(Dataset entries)
· · · ·

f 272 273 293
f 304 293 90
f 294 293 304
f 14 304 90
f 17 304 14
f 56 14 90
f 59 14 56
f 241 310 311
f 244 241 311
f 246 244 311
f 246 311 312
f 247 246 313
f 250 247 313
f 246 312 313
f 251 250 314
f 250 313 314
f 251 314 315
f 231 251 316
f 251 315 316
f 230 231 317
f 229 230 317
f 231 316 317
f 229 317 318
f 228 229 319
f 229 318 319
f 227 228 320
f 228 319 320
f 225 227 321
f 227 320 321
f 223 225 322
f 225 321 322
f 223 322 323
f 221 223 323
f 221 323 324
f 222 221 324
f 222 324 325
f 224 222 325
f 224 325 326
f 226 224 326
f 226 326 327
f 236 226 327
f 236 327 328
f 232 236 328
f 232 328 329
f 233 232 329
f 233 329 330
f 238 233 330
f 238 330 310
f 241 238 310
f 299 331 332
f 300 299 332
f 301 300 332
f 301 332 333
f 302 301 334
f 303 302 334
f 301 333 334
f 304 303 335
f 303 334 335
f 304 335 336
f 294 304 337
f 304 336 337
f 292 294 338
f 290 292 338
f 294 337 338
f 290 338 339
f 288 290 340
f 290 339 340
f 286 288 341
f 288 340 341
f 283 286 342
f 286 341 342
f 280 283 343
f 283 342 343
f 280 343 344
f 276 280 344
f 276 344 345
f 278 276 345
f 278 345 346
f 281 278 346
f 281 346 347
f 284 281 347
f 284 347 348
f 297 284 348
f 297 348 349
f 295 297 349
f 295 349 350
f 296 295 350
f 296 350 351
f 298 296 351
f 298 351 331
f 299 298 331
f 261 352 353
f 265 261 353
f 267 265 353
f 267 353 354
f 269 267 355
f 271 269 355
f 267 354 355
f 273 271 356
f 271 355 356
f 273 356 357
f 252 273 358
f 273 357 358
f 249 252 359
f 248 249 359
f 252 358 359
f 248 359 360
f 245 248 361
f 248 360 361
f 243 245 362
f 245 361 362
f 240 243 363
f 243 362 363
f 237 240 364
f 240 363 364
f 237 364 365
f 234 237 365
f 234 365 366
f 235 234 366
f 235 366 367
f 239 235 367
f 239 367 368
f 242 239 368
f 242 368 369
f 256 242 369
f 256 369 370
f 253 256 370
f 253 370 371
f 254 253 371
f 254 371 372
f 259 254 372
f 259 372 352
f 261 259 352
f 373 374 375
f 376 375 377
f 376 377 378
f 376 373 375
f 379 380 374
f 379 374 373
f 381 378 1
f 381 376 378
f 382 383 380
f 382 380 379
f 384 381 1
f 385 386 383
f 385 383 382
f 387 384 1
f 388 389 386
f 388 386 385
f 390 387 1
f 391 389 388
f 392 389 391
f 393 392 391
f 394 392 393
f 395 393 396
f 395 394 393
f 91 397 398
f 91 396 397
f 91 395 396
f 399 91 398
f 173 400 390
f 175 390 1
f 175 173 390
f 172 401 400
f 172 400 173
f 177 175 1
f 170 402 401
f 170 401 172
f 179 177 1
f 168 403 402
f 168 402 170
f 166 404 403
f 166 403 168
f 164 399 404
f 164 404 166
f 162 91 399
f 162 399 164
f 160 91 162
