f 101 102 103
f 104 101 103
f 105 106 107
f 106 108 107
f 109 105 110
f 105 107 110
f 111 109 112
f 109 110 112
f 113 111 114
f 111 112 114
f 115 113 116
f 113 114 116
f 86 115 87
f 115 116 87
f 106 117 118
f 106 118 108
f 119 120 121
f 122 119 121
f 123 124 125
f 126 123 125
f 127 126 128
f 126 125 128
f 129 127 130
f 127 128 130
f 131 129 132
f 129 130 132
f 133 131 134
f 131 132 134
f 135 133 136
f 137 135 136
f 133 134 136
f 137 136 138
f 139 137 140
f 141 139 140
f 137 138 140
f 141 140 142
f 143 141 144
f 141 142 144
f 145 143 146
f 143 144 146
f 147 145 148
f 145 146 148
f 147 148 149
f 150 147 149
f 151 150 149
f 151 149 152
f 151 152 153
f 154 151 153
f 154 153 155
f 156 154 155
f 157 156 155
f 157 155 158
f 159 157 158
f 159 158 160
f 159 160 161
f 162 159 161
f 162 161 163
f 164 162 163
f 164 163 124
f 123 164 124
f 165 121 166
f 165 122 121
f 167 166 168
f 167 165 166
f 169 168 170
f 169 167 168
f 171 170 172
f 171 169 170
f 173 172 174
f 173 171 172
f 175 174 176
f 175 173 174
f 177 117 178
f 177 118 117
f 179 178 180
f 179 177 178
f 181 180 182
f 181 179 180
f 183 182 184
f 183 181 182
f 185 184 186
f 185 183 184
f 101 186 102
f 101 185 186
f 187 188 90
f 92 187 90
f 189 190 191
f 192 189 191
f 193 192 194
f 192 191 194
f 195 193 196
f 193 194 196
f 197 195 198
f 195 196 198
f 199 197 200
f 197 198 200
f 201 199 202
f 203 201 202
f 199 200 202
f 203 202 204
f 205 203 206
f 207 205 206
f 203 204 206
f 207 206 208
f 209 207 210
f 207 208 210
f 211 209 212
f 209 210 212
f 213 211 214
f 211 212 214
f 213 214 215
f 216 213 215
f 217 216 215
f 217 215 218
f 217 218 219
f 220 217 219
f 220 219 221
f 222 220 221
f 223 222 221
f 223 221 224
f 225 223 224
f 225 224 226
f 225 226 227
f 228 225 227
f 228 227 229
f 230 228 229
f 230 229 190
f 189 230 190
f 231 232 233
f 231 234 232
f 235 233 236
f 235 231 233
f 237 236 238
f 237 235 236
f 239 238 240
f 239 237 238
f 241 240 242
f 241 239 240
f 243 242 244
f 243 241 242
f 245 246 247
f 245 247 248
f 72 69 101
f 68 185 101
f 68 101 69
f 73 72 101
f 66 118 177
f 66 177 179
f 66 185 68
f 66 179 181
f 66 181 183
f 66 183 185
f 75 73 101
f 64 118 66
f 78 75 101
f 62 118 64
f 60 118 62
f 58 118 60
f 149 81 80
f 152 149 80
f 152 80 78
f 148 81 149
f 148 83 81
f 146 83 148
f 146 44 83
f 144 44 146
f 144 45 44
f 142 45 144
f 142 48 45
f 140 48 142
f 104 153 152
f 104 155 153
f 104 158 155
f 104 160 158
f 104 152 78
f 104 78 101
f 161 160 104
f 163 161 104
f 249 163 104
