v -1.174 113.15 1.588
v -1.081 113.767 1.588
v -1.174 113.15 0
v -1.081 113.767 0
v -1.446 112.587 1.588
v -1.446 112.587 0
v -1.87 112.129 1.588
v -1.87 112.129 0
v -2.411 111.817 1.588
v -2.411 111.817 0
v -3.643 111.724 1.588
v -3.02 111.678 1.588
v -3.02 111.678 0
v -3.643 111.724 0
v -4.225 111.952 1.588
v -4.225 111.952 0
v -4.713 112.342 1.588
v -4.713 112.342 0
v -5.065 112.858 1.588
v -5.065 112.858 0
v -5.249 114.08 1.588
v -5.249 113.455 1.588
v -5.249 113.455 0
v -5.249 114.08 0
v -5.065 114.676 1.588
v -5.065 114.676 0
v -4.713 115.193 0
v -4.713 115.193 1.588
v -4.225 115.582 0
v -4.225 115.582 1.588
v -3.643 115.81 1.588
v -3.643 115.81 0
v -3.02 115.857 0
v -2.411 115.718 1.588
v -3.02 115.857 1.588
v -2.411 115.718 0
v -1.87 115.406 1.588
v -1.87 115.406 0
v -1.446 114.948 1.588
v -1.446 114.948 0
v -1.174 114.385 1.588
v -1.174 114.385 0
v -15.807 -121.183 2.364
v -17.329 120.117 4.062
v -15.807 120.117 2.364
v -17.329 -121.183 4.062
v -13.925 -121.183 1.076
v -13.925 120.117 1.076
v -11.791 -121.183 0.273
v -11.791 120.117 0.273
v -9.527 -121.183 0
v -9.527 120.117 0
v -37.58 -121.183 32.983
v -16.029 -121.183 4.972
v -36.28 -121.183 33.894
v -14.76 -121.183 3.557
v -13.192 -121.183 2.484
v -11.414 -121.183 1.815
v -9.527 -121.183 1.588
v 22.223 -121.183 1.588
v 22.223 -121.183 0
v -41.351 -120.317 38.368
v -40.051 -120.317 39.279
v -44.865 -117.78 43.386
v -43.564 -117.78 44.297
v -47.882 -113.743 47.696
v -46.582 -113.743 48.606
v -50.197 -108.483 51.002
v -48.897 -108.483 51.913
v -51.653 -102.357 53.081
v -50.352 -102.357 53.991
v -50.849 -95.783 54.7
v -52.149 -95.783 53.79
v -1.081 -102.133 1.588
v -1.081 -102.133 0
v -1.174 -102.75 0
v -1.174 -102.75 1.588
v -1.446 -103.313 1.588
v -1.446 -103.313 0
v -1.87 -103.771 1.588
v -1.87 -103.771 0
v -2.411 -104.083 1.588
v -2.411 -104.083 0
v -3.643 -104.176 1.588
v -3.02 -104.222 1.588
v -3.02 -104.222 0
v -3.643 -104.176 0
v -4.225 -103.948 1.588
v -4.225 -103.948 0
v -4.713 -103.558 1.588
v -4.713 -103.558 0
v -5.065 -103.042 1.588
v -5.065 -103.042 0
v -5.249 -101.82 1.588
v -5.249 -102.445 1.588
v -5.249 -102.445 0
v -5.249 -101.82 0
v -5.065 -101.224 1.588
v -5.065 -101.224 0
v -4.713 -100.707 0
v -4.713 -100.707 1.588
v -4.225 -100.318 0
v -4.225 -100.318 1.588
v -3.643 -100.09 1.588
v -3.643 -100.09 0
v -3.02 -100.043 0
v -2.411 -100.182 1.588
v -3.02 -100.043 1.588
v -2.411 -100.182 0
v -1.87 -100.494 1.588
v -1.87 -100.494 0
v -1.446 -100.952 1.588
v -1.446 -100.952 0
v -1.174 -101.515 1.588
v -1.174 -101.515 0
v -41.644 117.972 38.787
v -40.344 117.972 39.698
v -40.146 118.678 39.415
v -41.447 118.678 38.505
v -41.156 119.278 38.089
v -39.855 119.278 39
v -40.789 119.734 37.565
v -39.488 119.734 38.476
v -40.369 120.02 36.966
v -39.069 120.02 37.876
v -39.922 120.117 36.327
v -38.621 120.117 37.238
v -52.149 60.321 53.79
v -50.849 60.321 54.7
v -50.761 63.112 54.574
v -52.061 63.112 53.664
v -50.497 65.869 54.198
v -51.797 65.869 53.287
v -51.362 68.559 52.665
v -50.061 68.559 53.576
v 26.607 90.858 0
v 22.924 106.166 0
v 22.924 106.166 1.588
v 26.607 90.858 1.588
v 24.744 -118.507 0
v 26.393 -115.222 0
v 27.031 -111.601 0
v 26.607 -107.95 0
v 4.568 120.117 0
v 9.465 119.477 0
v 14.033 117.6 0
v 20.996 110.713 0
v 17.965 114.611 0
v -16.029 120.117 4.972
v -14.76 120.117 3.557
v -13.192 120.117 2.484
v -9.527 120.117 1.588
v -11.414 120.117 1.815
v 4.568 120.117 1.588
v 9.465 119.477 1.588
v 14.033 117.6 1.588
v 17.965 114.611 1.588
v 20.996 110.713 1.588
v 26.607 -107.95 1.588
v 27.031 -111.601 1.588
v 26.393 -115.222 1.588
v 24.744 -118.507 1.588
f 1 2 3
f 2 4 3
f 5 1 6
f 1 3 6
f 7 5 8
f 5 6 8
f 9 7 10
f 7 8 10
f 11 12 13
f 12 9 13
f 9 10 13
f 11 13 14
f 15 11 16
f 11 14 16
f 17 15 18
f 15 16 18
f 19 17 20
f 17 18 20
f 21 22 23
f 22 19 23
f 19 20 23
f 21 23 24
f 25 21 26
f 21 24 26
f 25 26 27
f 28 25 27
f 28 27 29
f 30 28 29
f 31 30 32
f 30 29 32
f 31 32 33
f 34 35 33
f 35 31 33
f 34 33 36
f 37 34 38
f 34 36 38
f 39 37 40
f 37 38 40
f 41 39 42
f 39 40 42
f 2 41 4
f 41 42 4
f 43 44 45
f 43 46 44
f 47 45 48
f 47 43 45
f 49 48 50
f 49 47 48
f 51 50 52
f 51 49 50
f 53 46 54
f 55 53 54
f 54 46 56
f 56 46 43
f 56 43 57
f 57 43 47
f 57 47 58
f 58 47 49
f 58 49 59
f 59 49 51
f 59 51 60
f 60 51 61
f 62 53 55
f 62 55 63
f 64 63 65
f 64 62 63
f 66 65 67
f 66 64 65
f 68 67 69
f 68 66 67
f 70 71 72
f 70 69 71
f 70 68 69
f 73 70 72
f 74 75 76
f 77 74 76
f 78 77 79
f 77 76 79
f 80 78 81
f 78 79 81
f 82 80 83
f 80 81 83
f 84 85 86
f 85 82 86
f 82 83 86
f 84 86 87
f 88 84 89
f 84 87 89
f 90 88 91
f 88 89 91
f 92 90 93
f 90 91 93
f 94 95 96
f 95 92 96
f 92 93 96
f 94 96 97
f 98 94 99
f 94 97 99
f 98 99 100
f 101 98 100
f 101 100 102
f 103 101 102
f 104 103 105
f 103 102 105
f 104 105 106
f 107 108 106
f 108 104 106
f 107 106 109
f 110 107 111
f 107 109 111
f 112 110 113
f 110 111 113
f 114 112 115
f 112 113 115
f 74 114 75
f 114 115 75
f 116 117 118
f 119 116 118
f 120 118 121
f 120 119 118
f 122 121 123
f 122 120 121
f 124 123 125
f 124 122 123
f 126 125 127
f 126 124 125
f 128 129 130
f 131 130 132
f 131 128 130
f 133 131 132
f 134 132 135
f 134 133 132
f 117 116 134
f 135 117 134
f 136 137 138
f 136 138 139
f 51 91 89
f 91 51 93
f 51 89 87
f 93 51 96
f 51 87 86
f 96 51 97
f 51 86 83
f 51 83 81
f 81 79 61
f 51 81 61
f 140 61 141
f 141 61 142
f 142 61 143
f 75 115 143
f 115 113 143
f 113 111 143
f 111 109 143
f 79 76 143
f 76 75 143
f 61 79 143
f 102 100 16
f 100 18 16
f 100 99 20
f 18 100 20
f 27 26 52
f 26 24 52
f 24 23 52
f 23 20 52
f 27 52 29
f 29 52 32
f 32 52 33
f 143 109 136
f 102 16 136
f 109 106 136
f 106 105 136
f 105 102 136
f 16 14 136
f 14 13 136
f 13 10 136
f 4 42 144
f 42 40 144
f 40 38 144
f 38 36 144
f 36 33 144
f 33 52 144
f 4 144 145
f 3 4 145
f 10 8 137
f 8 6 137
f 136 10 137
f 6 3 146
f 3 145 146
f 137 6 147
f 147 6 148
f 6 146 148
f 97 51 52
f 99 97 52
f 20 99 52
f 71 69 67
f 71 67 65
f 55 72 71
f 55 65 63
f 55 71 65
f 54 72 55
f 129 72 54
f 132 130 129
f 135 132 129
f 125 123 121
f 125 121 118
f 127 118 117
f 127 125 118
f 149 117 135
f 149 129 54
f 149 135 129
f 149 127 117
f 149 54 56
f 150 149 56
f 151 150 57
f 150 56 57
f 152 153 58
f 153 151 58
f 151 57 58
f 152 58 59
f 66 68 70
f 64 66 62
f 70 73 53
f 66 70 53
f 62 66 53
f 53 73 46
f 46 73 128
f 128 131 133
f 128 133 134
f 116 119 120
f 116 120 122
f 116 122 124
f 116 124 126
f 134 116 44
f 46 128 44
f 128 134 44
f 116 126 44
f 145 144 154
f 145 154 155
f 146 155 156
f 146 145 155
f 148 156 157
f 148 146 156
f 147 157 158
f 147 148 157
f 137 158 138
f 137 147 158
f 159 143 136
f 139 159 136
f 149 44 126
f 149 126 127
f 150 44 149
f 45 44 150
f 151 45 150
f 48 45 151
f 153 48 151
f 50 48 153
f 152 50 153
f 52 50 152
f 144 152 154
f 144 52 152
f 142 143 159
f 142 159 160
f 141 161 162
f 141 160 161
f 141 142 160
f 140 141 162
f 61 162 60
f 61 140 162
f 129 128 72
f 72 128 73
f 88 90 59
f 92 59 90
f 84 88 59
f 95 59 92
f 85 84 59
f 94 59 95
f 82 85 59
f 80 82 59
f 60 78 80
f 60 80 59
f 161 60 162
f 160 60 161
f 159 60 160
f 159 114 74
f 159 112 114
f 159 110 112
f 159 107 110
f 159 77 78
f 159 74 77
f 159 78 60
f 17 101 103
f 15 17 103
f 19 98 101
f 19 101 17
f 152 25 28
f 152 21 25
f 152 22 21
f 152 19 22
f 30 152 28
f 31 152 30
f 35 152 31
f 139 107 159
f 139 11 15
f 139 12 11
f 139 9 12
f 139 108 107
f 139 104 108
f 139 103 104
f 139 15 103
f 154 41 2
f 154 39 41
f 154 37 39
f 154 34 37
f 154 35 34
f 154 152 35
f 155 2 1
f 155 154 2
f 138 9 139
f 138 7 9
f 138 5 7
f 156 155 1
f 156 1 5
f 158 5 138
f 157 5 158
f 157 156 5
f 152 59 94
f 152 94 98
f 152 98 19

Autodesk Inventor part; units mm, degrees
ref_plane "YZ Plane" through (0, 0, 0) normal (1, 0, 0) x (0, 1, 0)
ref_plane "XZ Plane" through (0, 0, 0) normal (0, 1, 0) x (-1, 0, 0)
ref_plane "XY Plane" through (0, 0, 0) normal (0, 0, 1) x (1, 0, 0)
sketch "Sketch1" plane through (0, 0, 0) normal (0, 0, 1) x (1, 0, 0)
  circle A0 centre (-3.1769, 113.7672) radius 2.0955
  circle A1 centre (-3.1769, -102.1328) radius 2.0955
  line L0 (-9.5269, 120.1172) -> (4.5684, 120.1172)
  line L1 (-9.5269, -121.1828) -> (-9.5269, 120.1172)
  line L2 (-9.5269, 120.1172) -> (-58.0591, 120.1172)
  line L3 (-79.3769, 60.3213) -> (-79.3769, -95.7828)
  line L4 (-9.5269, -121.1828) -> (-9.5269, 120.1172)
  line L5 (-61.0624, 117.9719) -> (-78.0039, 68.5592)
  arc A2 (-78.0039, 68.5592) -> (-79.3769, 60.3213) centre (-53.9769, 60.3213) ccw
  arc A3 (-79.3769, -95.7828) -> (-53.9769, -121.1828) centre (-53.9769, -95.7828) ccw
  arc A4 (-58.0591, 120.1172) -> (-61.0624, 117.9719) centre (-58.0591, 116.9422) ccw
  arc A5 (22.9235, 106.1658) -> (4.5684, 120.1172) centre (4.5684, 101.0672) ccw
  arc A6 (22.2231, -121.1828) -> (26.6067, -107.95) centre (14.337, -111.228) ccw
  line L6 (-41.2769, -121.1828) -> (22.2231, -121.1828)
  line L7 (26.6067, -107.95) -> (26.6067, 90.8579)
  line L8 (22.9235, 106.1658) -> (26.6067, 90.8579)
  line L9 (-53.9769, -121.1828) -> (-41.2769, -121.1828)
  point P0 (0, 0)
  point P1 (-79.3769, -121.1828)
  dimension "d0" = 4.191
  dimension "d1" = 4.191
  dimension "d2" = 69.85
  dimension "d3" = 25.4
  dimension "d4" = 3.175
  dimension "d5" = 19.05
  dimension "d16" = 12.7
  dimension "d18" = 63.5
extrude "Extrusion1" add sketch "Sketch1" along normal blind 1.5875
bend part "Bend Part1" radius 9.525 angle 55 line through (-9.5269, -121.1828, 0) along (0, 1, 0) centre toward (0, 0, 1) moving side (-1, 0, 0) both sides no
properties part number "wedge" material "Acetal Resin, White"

· · · ·

■ **TASK REQUIREMENTS**:
Take exactly the lines from the one containing "f 199 200 202" through the one containing "f 62 118 64" in the data above, and output them with nothing added.

■ **RESULT BELOW**:
f 199 200 202
f 203 202 204
f 205 203 206
f 207 205 206
f 203 204 206
f 207 206 208
f 209 207 210
f 207 208 210
f 211 209 212
f 209 210 212
f 213 211 214
f 211 212 214
f 213 214 215
f 216 213 215
f 217 216 215
f 217 215 218
f 217 218 219
f 220 217 219
f 220 219 221
f 222 220 221
f 223 222 221
f 223 221 224
f 225 223 224
f 225 224 226
f 225 226 227
f 228 225 227
f 228 227 229
f 230 228 229
f 230 229 190
f 189 230 190
f 231 232 233
f 231 234 232
f 235 233 236
f 235 231 233
f 237 236 238
f 237 235 236
f 239 238 240
f 239 237 238
f 241 240 242
f 241 239 240
f 243 242 244
f 243 241 242
f 245 246 247
f 245 247 248
f 72 69 101
f 68 185 101
f 68 101 69
f 73 72 101
f 66 118 177
f 66 177 179
f 66 185 68
f 66 179 181
f 66 181 183
f 66 183 185
f 75 73 101
f 64 118 66
f 78 75 101
f 62 118 64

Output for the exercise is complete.